====== Available records

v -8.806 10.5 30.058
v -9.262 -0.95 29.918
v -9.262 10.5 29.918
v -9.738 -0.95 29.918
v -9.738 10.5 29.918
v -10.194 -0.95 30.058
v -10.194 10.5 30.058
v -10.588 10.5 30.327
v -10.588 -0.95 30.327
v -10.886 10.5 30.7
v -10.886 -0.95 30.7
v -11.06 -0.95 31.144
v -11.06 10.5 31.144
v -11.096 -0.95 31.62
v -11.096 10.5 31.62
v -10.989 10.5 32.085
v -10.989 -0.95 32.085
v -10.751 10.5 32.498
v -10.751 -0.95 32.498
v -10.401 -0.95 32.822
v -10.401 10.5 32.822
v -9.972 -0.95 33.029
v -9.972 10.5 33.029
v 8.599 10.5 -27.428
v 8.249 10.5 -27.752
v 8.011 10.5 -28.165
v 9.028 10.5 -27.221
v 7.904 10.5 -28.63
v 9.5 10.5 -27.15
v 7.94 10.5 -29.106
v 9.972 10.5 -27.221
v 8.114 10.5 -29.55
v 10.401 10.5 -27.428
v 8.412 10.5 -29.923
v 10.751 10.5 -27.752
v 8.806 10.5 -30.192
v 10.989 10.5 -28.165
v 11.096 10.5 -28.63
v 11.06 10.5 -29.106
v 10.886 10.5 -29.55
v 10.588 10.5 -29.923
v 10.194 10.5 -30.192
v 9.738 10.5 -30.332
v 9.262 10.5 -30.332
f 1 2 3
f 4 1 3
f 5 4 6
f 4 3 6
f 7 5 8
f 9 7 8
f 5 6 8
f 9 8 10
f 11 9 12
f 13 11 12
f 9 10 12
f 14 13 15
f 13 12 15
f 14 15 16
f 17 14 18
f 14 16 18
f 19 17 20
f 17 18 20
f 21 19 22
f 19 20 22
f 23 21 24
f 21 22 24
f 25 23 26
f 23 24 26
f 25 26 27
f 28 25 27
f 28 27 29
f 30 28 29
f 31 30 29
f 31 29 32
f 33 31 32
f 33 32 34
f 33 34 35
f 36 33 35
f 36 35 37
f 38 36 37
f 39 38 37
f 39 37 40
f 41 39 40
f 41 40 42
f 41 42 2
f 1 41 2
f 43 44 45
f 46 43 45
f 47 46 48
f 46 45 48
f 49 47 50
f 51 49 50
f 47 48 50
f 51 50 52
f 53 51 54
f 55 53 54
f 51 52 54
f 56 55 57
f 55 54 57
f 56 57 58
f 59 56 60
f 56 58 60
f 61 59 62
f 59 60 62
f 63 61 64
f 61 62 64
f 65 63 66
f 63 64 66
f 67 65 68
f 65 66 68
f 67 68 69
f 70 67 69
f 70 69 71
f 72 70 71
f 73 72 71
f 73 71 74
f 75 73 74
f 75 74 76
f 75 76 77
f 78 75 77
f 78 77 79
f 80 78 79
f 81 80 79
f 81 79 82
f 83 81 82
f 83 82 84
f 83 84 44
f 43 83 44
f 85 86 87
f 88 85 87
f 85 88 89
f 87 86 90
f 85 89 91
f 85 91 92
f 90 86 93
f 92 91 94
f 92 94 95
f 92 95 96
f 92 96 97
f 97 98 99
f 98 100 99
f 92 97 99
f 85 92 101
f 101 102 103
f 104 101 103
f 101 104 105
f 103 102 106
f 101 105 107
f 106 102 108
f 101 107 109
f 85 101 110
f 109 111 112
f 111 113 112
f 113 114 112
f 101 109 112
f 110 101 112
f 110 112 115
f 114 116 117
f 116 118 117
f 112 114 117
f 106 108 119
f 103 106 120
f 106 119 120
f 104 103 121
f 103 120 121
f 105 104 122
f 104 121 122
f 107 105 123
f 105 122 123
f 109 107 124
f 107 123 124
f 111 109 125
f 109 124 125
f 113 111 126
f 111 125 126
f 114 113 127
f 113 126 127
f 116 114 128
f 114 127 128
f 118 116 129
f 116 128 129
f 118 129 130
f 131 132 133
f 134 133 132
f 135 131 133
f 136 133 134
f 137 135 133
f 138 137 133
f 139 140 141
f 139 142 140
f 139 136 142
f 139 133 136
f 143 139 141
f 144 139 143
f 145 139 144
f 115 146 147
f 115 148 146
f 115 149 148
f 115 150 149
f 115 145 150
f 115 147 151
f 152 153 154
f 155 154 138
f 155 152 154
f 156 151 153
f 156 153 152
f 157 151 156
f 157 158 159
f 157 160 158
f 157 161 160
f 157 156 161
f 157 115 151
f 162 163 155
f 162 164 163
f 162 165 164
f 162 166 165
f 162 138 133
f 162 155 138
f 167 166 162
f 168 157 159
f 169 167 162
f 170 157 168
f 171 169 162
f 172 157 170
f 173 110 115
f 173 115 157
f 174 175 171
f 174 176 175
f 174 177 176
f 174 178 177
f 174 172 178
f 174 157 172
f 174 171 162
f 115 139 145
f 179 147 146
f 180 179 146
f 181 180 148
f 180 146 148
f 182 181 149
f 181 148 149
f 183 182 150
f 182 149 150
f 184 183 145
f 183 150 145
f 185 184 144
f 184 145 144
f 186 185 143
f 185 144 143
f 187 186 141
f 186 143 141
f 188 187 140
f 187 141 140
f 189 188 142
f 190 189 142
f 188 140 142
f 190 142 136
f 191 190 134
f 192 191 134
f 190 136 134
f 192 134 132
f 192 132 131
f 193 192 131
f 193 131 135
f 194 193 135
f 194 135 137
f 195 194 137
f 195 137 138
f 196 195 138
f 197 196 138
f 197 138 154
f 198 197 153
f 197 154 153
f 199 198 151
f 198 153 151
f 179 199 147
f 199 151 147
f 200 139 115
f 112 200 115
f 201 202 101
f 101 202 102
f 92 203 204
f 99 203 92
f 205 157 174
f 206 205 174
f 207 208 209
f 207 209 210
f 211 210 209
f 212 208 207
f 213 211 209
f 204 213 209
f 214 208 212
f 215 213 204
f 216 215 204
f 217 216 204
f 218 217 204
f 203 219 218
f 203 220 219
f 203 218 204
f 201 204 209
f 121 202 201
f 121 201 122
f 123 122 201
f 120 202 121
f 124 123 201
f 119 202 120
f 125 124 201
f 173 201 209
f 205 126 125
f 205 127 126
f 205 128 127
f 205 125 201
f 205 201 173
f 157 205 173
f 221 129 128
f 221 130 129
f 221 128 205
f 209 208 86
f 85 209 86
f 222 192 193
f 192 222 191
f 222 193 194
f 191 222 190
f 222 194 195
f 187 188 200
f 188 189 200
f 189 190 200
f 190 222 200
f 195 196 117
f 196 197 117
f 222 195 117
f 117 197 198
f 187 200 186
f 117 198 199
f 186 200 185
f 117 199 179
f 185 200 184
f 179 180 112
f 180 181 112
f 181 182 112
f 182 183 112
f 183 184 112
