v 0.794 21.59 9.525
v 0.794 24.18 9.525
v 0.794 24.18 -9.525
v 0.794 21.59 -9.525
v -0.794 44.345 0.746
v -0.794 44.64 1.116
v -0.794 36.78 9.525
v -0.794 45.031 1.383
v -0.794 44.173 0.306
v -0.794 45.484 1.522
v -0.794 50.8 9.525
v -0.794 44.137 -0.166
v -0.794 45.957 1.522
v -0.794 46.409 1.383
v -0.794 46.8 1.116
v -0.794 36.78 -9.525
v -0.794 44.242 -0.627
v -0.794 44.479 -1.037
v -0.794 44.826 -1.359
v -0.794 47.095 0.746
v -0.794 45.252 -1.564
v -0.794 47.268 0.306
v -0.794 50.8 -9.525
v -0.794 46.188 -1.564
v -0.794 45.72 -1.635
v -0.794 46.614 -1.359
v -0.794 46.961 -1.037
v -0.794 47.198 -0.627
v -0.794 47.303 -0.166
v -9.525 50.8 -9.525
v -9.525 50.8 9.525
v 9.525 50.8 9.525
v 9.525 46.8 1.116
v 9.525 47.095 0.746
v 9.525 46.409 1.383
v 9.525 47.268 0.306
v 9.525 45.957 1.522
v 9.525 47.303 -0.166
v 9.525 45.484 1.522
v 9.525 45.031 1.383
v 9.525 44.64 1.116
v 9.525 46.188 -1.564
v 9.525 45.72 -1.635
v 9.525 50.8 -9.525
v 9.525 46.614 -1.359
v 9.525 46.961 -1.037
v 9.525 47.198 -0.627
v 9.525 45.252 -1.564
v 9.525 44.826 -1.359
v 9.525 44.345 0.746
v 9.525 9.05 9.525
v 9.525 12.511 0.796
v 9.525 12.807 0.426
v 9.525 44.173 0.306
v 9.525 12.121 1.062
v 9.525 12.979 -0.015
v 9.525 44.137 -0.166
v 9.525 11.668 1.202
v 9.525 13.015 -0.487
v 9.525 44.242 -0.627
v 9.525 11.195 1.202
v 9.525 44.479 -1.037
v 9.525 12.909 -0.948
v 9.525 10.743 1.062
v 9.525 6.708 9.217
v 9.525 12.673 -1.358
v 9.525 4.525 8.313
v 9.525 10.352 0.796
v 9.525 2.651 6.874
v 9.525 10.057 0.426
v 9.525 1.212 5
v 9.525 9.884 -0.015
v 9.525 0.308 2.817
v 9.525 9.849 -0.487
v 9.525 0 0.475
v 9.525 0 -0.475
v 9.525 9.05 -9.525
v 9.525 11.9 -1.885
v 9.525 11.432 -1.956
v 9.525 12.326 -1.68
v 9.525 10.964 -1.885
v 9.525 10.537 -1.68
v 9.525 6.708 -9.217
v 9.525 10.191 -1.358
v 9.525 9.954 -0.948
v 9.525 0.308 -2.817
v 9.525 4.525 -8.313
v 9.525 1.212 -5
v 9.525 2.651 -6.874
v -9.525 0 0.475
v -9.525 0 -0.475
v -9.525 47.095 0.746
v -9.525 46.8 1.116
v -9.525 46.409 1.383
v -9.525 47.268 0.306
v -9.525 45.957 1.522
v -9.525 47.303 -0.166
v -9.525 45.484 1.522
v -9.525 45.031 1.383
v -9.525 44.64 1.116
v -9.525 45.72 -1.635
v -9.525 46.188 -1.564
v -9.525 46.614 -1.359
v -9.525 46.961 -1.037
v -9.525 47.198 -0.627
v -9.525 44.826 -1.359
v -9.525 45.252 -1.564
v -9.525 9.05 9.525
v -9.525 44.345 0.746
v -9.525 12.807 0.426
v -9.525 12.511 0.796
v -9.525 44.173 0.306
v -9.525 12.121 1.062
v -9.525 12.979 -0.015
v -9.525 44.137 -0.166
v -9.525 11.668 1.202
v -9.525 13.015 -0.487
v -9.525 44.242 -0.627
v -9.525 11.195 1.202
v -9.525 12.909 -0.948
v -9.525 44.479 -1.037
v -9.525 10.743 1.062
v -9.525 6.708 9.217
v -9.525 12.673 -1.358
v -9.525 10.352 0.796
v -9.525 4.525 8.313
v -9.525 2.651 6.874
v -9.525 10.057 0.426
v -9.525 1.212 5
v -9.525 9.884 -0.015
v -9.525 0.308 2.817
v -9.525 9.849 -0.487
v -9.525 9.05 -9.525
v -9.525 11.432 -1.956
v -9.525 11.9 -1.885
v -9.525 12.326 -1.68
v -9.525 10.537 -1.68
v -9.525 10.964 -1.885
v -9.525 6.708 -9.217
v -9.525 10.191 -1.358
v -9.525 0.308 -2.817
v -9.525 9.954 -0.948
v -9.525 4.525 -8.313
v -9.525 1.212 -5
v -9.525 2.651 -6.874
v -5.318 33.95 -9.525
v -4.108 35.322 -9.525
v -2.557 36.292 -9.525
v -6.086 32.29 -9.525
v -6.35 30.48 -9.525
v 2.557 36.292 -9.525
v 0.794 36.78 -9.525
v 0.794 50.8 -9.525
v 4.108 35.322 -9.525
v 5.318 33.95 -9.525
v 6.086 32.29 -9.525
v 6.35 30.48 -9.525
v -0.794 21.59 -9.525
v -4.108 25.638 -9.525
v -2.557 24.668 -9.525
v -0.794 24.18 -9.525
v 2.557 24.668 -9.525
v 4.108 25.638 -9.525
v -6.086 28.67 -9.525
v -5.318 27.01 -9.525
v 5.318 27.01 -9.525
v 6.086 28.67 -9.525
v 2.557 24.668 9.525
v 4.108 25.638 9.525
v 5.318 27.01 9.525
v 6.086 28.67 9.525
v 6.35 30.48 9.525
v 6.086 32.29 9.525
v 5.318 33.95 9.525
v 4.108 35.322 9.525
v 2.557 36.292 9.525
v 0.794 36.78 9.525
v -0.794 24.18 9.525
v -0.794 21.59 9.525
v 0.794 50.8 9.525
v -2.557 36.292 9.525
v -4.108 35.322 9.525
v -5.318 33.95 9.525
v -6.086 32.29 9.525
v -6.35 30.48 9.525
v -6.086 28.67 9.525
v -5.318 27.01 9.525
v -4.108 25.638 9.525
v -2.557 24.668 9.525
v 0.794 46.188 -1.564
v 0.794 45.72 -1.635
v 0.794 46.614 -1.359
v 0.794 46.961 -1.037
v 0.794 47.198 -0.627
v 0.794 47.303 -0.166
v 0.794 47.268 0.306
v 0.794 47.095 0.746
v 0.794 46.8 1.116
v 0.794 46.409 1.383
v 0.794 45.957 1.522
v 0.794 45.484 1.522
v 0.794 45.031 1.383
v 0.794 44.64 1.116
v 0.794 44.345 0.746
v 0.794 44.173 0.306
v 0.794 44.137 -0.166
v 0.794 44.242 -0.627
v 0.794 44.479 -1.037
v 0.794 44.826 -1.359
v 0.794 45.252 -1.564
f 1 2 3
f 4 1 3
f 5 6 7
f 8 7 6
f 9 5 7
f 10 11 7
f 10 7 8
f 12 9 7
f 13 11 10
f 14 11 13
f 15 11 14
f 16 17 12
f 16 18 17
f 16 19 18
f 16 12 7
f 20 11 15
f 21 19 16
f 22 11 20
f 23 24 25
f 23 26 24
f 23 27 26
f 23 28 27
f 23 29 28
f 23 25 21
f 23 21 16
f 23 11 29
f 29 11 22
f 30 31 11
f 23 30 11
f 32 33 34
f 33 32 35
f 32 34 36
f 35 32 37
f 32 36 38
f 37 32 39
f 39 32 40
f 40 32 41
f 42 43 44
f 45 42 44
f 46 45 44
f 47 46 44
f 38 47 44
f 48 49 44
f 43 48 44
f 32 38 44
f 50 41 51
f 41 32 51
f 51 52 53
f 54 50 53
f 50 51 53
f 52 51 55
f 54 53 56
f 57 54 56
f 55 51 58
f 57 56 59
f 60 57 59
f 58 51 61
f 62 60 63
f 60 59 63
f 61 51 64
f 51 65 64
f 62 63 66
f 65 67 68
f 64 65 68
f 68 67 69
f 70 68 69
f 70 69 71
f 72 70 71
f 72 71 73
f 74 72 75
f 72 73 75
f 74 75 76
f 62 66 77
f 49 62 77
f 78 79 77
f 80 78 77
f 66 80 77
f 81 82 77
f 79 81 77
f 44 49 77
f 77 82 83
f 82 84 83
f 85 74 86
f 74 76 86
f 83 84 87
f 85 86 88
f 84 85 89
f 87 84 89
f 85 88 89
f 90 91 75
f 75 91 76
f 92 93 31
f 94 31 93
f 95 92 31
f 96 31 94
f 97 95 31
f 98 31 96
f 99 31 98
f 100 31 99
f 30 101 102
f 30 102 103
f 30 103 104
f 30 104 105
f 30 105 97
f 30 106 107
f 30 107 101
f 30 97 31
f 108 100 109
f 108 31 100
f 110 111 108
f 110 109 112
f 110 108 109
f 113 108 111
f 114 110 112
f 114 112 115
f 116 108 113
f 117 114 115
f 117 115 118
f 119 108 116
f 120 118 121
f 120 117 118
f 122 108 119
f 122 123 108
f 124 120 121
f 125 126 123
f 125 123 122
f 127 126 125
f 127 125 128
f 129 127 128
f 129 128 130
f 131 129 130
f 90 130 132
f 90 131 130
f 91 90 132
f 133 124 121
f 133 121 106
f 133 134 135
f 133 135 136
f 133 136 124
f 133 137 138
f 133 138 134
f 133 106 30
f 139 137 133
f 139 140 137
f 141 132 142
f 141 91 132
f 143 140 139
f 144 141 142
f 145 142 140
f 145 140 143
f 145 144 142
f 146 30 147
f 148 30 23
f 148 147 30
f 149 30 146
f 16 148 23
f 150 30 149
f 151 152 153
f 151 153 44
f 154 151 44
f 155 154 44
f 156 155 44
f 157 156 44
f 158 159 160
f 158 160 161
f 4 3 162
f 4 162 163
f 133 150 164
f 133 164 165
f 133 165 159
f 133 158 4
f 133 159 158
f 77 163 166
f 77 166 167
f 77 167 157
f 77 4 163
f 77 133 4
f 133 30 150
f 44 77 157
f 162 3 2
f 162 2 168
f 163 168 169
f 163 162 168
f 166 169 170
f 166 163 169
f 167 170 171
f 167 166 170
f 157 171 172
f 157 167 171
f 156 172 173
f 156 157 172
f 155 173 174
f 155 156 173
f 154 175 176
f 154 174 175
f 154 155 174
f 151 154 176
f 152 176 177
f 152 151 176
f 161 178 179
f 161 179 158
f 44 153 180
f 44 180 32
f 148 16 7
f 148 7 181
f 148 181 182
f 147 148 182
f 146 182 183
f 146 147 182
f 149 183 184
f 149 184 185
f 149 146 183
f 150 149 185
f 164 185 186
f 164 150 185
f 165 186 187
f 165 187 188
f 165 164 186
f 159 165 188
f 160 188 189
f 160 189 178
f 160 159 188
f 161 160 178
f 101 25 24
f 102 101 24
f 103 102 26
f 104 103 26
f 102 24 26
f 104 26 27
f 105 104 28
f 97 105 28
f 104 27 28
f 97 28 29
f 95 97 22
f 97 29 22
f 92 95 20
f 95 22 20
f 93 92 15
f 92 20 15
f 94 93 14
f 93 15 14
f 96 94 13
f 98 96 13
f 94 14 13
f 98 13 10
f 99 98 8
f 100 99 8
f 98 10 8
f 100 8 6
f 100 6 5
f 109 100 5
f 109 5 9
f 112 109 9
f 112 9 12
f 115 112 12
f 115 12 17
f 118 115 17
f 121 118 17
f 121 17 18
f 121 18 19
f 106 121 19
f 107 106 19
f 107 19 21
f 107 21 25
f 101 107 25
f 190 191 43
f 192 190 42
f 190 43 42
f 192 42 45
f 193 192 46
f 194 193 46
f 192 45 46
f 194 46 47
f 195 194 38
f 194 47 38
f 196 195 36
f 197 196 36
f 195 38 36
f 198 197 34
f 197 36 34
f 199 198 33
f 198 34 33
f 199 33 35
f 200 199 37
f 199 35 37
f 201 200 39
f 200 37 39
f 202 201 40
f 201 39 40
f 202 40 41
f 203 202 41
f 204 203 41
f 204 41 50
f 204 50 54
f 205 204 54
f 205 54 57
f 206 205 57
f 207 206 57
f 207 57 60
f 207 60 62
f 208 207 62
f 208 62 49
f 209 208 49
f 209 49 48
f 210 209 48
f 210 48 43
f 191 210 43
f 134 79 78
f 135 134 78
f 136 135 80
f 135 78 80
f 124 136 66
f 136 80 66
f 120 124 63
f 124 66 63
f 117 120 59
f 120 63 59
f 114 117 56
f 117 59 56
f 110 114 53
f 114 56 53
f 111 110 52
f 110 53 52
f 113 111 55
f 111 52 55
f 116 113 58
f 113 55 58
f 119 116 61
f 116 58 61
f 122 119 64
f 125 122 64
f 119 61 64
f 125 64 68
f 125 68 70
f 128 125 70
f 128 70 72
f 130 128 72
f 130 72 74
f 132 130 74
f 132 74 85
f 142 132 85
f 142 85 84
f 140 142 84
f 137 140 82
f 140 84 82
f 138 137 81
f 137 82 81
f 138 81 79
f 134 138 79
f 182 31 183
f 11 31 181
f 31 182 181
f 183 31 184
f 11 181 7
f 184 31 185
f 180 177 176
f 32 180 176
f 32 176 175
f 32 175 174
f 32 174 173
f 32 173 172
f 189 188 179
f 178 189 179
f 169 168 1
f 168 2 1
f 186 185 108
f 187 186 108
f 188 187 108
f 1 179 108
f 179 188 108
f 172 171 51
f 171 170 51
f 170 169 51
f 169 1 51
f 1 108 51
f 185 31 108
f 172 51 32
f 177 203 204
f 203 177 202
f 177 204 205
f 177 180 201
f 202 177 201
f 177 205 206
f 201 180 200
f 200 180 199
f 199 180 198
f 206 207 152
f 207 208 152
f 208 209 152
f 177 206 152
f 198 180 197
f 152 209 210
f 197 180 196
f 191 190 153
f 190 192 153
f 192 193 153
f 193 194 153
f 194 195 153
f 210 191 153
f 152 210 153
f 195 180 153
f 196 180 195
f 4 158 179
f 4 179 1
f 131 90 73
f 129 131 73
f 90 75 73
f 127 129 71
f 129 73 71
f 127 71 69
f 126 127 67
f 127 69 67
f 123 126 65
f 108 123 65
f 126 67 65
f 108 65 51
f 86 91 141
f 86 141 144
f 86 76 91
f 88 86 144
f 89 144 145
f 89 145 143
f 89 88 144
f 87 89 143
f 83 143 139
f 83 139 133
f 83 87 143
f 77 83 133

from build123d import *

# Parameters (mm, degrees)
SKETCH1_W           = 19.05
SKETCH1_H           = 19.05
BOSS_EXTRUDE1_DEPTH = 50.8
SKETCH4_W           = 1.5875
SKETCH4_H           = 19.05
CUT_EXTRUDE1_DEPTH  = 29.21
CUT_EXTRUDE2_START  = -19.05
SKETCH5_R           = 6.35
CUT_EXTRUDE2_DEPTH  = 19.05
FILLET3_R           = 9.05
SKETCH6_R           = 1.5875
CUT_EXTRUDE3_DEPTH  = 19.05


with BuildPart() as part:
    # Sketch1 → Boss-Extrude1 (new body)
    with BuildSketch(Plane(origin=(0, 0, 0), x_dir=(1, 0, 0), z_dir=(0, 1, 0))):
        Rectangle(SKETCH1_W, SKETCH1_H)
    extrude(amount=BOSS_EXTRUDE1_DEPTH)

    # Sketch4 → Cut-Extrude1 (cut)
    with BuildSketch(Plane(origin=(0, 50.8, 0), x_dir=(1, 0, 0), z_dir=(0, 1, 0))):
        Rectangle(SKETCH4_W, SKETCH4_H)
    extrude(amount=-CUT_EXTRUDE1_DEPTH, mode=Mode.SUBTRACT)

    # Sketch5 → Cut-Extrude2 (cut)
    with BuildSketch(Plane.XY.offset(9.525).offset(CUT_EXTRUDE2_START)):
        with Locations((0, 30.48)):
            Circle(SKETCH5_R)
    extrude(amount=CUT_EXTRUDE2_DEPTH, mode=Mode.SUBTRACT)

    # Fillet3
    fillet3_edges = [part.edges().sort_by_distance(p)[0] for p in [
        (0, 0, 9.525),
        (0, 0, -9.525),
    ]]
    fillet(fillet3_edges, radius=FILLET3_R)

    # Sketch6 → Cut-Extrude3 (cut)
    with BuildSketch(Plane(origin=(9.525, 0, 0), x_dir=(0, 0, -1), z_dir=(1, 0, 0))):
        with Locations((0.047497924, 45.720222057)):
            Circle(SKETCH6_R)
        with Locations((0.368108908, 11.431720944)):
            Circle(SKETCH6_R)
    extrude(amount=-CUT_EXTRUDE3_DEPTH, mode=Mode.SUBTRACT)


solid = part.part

============
====== Available records

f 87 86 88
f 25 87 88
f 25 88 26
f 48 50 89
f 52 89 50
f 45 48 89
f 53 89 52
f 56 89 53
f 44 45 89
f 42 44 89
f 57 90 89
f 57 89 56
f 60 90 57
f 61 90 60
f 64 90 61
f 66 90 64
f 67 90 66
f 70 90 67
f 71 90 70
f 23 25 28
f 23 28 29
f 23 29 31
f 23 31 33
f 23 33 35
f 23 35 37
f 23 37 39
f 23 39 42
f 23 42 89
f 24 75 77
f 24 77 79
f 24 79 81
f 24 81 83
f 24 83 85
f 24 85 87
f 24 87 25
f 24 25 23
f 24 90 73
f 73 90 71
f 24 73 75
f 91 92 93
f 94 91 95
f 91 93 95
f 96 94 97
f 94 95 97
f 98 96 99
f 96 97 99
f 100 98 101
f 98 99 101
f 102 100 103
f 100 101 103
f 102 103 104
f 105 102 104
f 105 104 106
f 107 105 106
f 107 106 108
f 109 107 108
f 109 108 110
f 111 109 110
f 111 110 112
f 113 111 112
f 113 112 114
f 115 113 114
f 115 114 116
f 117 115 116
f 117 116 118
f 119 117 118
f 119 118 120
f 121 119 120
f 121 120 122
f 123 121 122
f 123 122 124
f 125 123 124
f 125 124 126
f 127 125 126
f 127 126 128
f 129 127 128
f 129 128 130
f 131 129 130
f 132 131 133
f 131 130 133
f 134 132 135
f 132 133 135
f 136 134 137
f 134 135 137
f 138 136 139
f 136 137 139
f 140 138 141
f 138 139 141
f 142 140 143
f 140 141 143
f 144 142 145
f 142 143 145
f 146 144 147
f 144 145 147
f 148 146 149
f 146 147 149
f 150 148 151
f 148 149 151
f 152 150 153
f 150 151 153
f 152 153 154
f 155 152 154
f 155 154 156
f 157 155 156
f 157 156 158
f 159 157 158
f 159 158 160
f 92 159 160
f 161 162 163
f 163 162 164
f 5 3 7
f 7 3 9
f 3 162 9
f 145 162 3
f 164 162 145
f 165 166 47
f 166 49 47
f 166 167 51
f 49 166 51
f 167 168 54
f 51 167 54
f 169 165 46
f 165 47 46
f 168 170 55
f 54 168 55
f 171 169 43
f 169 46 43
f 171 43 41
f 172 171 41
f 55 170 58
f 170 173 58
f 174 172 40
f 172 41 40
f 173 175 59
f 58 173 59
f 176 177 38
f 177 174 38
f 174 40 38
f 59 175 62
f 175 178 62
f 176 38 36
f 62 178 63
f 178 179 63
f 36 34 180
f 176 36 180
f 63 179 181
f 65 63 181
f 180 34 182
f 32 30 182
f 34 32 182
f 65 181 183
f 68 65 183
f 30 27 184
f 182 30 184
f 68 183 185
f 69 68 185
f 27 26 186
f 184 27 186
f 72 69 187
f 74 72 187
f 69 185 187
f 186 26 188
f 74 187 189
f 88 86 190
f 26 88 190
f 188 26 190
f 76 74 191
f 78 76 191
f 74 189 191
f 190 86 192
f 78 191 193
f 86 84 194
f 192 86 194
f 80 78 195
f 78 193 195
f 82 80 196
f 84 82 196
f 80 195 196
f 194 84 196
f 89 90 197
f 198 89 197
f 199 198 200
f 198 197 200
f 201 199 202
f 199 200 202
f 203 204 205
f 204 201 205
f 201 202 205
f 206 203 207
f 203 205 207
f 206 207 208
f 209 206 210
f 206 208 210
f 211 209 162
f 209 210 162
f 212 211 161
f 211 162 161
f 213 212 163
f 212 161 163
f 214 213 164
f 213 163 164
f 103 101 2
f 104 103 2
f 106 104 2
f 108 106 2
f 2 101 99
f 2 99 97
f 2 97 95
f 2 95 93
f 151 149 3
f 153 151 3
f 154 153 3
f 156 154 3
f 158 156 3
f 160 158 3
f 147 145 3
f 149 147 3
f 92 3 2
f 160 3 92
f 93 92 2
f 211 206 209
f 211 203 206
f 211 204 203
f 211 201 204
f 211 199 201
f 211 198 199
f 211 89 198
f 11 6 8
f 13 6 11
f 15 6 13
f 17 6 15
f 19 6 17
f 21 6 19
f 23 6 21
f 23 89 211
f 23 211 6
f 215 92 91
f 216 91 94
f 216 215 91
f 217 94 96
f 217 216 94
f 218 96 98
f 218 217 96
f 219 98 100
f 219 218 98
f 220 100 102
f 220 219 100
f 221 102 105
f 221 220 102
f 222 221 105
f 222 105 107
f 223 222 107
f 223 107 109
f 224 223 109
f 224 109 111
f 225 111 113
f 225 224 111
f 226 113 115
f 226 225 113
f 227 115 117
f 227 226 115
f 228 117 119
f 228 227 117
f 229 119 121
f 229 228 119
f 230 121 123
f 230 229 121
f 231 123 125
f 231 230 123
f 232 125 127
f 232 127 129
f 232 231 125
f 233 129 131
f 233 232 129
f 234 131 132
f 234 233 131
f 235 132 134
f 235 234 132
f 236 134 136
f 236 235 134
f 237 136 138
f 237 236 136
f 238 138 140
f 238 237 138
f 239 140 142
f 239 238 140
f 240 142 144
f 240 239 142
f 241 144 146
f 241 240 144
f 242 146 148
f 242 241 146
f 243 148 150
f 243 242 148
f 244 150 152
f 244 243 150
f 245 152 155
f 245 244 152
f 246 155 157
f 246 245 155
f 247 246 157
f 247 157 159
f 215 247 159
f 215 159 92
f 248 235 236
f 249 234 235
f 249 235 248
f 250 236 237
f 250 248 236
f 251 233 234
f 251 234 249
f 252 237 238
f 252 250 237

============

> **Problem to work on**:
Could you restate word for word the lines above from the one containing "f 243 242 148" through the one containing "f 252 250 237", both included, and nothing else?

> **Completed task**:
f 243 242 148
f 244 150 152
f 244 243 150
f 245 152 155
f 245 244 152
f 246 155 157
f 246 245 155
f 247 246 157
f 247 157 159
f 215 247 159
f 215 159 92
f 248 235 236
f 249 234 235
f 249 235 248
f 250 236 237
f 250 248 236
f 251 233 234
f 251 234 249
f 252 237 238
f 252 250 237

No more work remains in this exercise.